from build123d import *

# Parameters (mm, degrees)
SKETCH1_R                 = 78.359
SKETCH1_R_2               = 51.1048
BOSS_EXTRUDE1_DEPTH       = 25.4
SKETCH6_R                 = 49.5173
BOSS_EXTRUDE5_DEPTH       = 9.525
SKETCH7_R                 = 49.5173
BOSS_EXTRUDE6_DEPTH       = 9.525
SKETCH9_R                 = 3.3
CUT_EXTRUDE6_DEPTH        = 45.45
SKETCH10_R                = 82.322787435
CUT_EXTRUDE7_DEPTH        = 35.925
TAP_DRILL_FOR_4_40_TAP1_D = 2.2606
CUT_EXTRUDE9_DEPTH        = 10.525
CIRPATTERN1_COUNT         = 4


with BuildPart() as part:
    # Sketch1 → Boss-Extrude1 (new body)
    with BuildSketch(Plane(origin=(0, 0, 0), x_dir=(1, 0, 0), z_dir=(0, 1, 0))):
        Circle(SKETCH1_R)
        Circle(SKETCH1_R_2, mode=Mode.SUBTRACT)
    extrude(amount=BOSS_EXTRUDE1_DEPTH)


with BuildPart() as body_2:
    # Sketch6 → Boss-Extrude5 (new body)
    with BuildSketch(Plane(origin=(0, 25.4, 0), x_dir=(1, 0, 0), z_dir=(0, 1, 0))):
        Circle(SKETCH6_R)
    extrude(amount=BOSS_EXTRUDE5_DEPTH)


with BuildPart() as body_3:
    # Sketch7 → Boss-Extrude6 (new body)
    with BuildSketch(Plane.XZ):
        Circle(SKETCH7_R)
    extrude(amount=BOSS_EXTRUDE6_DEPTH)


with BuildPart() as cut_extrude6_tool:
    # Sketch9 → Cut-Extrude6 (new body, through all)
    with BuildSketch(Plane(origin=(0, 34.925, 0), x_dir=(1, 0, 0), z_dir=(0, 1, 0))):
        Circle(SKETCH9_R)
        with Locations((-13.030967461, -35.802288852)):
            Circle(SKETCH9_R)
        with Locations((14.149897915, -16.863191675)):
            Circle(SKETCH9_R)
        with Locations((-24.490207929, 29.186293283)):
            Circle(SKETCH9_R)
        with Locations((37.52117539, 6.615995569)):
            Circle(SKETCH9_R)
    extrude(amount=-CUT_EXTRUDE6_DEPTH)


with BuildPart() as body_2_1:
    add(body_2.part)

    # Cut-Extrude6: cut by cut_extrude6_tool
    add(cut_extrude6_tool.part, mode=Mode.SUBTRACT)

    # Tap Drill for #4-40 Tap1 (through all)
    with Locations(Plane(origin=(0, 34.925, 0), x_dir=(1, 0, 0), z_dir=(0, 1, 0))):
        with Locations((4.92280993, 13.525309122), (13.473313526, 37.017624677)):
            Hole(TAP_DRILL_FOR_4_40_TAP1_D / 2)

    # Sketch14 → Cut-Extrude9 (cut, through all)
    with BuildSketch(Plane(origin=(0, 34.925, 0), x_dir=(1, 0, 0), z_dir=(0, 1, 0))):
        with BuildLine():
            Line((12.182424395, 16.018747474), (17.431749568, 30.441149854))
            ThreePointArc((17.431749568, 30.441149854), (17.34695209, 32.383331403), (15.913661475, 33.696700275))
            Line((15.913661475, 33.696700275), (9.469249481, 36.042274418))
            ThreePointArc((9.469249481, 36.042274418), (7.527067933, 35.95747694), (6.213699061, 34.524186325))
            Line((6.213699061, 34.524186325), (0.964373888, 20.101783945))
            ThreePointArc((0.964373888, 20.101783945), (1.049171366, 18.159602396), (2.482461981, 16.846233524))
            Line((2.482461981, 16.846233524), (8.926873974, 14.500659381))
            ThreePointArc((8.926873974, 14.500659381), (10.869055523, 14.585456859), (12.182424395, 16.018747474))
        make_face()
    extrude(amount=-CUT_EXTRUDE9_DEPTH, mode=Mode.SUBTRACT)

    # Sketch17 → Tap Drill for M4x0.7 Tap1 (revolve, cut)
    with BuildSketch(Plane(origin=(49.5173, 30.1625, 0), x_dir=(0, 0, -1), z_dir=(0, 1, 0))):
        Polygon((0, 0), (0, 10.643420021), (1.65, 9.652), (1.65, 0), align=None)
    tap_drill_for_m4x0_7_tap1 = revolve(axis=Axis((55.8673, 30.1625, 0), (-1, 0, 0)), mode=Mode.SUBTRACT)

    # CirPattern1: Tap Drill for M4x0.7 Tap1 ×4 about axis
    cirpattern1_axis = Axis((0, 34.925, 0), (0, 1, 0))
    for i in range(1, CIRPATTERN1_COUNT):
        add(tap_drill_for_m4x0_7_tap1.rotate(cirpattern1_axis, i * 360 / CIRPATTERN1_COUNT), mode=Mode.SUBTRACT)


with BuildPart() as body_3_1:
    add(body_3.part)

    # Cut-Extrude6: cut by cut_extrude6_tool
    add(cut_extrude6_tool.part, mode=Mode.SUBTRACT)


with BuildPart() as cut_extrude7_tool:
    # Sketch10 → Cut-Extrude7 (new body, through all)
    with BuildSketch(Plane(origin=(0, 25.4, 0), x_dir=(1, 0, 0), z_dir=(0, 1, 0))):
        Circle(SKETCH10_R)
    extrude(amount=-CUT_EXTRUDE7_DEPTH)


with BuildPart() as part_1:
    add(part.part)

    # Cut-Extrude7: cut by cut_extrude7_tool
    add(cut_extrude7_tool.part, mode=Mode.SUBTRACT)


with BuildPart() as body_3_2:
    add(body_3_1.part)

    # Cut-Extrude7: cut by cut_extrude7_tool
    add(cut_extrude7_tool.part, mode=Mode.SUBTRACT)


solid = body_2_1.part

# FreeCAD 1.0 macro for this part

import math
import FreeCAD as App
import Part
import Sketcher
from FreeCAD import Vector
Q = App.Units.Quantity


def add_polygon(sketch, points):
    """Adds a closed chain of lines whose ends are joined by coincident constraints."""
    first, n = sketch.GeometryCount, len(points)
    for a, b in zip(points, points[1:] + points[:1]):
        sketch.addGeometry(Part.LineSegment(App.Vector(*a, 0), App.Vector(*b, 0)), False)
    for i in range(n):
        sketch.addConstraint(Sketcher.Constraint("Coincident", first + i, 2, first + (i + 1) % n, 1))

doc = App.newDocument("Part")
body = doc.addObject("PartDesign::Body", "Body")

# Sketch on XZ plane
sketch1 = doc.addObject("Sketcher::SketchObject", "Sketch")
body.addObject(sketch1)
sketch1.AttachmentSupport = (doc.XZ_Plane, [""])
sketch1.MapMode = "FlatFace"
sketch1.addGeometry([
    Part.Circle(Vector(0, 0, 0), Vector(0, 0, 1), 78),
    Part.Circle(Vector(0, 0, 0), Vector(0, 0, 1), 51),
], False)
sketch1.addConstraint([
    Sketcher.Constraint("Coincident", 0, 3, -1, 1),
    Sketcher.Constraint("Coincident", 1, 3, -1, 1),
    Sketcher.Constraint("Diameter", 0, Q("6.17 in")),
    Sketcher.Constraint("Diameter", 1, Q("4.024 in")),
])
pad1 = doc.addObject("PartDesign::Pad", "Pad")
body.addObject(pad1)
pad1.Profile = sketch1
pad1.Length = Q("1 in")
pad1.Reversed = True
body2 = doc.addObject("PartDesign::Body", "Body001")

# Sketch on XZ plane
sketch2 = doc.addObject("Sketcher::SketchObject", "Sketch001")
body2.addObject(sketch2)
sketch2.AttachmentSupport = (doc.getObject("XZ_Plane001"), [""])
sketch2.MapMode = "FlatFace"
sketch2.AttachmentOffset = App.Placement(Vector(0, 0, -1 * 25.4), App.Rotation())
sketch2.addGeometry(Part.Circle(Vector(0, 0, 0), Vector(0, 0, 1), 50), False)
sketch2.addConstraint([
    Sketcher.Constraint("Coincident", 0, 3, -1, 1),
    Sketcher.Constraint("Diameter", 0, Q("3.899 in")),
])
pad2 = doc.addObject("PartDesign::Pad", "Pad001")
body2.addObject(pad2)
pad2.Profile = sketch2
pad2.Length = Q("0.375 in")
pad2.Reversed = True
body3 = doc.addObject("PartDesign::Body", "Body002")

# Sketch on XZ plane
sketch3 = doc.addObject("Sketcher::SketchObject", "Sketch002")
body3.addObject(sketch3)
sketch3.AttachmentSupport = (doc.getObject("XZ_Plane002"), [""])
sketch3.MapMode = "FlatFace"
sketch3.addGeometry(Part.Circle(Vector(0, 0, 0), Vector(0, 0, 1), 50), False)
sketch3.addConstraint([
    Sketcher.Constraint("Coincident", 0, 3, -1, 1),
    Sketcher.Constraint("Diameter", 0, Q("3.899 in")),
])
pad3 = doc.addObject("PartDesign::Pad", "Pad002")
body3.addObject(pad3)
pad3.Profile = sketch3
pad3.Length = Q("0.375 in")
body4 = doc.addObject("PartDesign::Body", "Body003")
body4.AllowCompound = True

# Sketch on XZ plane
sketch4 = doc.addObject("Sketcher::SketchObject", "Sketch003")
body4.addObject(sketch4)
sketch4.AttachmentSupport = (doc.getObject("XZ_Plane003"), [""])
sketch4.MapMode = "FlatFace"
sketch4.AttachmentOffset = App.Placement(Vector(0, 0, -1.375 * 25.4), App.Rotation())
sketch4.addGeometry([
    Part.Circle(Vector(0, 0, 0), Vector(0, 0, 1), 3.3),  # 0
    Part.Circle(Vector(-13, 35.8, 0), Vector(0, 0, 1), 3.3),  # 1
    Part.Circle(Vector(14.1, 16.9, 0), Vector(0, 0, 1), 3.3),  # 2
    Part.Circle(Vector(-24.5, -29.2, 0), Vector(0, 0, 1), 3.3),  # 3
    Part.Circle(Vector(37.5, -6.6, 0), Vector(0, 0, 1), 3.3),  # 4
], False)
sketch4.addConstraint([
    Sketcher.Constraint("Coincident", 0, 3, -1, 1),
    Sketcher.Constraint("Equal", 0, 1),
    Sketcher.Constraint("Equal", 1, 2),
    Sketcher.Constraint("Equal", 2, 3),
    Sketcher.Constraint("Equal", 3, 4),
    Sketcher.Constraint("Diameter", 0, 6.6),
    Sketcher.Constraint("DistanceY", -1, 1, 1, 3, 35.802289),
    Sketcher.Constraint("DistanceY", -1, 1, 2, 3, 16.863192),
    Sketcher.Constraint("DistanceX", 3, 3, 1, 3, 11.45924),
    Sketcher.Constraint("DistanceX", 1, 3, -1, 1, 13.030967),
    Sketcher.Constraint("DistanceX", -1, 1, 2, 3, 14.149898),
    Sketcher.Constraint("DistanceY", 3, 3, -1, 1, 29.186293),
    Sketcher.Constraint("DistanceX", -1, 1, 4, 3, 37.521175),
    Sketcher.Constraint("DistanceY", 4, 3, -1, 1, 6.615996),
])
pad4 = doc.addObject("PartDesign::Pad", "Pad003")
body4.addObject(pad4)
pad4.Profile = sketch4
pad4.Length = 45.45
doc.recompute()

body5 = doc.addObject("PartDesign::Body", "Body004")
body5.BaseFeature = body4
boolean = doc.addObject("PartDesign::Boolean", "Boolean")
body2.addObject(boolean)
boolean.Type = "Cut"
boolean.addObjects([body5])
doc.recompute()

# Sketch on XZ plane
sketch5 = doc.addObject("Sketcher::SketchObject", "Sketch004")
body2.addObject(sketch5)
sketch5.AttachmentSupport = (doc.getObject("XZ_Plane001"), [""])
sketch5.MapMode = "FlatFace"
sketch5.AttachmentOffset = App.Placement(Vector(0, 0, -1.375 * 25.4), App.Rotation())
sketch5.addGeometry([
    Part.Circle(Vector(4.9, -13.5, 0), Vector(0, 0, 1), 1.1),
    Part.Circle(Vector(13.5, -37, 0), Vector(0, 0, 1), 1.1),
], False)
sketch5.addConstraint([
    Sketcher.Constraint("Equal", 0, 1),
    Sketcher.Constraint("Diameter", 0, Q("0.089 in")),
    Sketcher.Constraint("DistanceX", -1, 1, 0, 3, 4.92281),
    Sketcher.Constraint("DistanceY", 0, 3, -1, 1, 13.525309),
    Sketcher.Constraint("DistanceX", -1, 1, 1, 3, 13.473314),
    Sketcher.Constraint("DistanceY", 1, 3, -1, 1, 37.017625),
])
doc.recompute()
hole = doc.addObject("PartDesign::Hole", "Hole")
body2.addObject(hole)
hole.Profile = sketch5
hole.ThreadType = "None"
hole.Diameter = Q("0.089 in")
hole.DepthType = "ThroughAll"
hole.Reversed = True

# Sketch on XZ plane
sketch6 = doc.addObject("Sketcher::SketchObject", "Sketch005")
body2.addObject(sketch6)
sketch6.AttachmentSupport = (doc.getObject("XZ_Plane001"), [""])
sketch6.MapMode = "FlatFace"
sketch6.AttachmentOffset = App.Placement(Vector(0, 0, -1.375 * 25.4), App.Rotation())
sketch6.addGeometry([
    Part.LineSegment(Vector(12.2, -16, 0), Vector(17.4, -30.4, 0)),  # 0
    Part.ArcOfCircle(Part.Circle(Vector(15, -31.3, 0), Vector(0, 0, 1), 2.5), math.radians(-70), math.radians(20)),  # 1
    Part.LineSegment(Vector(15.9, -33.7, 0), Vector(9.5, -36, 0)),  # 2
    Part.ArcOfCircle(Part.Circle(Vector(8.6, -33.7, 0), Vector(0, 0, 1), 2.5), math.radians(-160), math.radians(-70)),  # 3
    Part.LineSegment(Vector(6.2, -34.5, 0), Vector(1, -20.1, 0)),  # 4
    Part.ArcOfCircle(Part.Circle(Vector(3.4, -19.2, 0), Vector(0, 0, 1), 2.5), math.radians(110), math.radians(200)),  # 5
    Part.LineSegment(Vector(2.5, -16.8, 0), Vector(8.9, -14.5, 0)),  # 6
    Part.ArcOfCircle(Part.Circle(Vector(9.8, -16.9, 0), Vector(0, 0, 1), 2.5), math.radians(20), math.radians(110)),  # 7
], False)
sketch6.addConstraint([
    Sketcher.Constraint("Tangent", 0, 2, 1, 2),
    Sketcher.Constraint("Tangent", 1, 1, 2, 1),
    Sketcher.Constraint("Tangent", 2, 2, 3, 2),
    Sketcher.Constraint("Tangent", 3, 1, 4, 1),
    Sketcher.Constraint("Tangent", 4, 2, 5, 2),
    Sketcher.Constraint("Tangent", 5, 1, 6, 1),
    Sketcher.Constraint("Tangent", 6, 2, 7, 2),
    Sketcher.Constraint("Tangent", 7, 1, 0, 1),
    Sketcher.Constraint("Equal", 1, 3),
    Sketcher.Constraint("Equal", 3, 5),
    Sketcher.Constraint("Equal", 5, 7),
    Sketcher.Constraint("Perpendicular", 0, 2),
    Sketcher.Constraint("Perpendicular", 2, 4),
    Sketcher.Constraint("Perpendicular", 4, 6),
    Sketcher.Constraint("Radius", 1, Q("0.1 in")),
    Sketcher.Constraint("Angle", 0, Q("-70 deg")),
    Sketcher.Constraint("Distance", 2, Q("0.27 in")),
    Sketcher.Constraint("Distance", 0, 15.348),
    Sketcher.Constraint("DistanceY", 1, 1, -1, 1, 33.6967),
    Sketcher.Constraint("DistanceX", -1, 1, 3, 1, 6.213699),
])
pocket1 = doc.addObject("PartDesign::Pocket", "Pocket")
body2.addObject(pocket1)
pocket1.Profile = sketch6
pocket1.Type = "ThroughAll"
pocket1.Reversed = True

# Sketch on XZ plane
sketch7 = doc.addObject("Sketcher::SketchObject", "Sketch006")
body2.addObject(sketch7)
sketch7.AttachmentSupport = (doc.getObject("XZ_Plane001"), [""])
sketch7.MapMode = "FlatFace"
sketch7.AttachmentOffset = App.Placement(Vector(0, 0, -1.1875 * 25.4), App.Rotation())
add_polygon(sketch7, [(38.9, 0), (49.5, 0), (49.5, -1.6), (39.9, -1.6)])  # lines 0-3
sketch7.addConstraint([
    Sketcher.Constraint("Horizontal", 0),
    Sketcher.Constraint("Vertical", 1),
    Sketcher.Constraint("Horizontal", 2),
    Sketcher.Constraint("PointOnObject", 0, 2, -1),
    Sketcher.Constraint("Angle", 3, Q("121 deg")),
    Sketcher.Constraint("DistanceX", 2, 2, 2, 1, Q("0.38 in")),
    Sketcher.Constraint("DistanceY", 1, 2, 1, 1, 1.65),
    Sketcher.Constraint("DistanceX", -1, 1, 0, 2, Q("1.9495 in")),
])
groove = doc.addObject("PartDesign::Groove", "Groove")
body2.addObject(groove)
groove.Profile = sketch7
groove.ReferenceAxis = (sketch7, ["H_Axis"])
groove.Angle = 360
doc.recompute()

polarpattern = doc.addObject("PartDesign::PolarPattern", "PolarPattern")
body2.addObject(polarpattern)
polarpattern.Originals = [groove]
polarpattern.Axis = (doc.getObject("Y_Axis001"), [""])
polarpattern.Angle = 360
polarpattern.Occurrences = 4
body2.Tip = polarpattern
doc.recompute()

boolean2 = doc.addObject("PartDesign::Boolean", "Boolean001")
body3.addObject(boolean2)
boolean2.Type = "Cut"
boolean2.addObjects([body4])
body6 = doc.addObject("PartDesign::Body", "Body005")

- - -

▸ **WORK ITEM**
From the listing above, copy out each line where the word "Locations" appears.

▸ **ANSWER TO THE EXERCISE**
        with Locations((-13.030967461, -35.802288852)):
        with Locations((14.149897915, -16.863191675)):
        with Locations((-24.490207929, 29.186293283)):
        with Locations((37.52117539, 6.615995569)):
    with Locations(Plane(origin=(0, 34.925, 0), x_dir=(1, 0, 0), z_dir=(0, 1, 0))):
        with Locations((4.92280993, 13.525309122), (13.473313526, 37.017624677)):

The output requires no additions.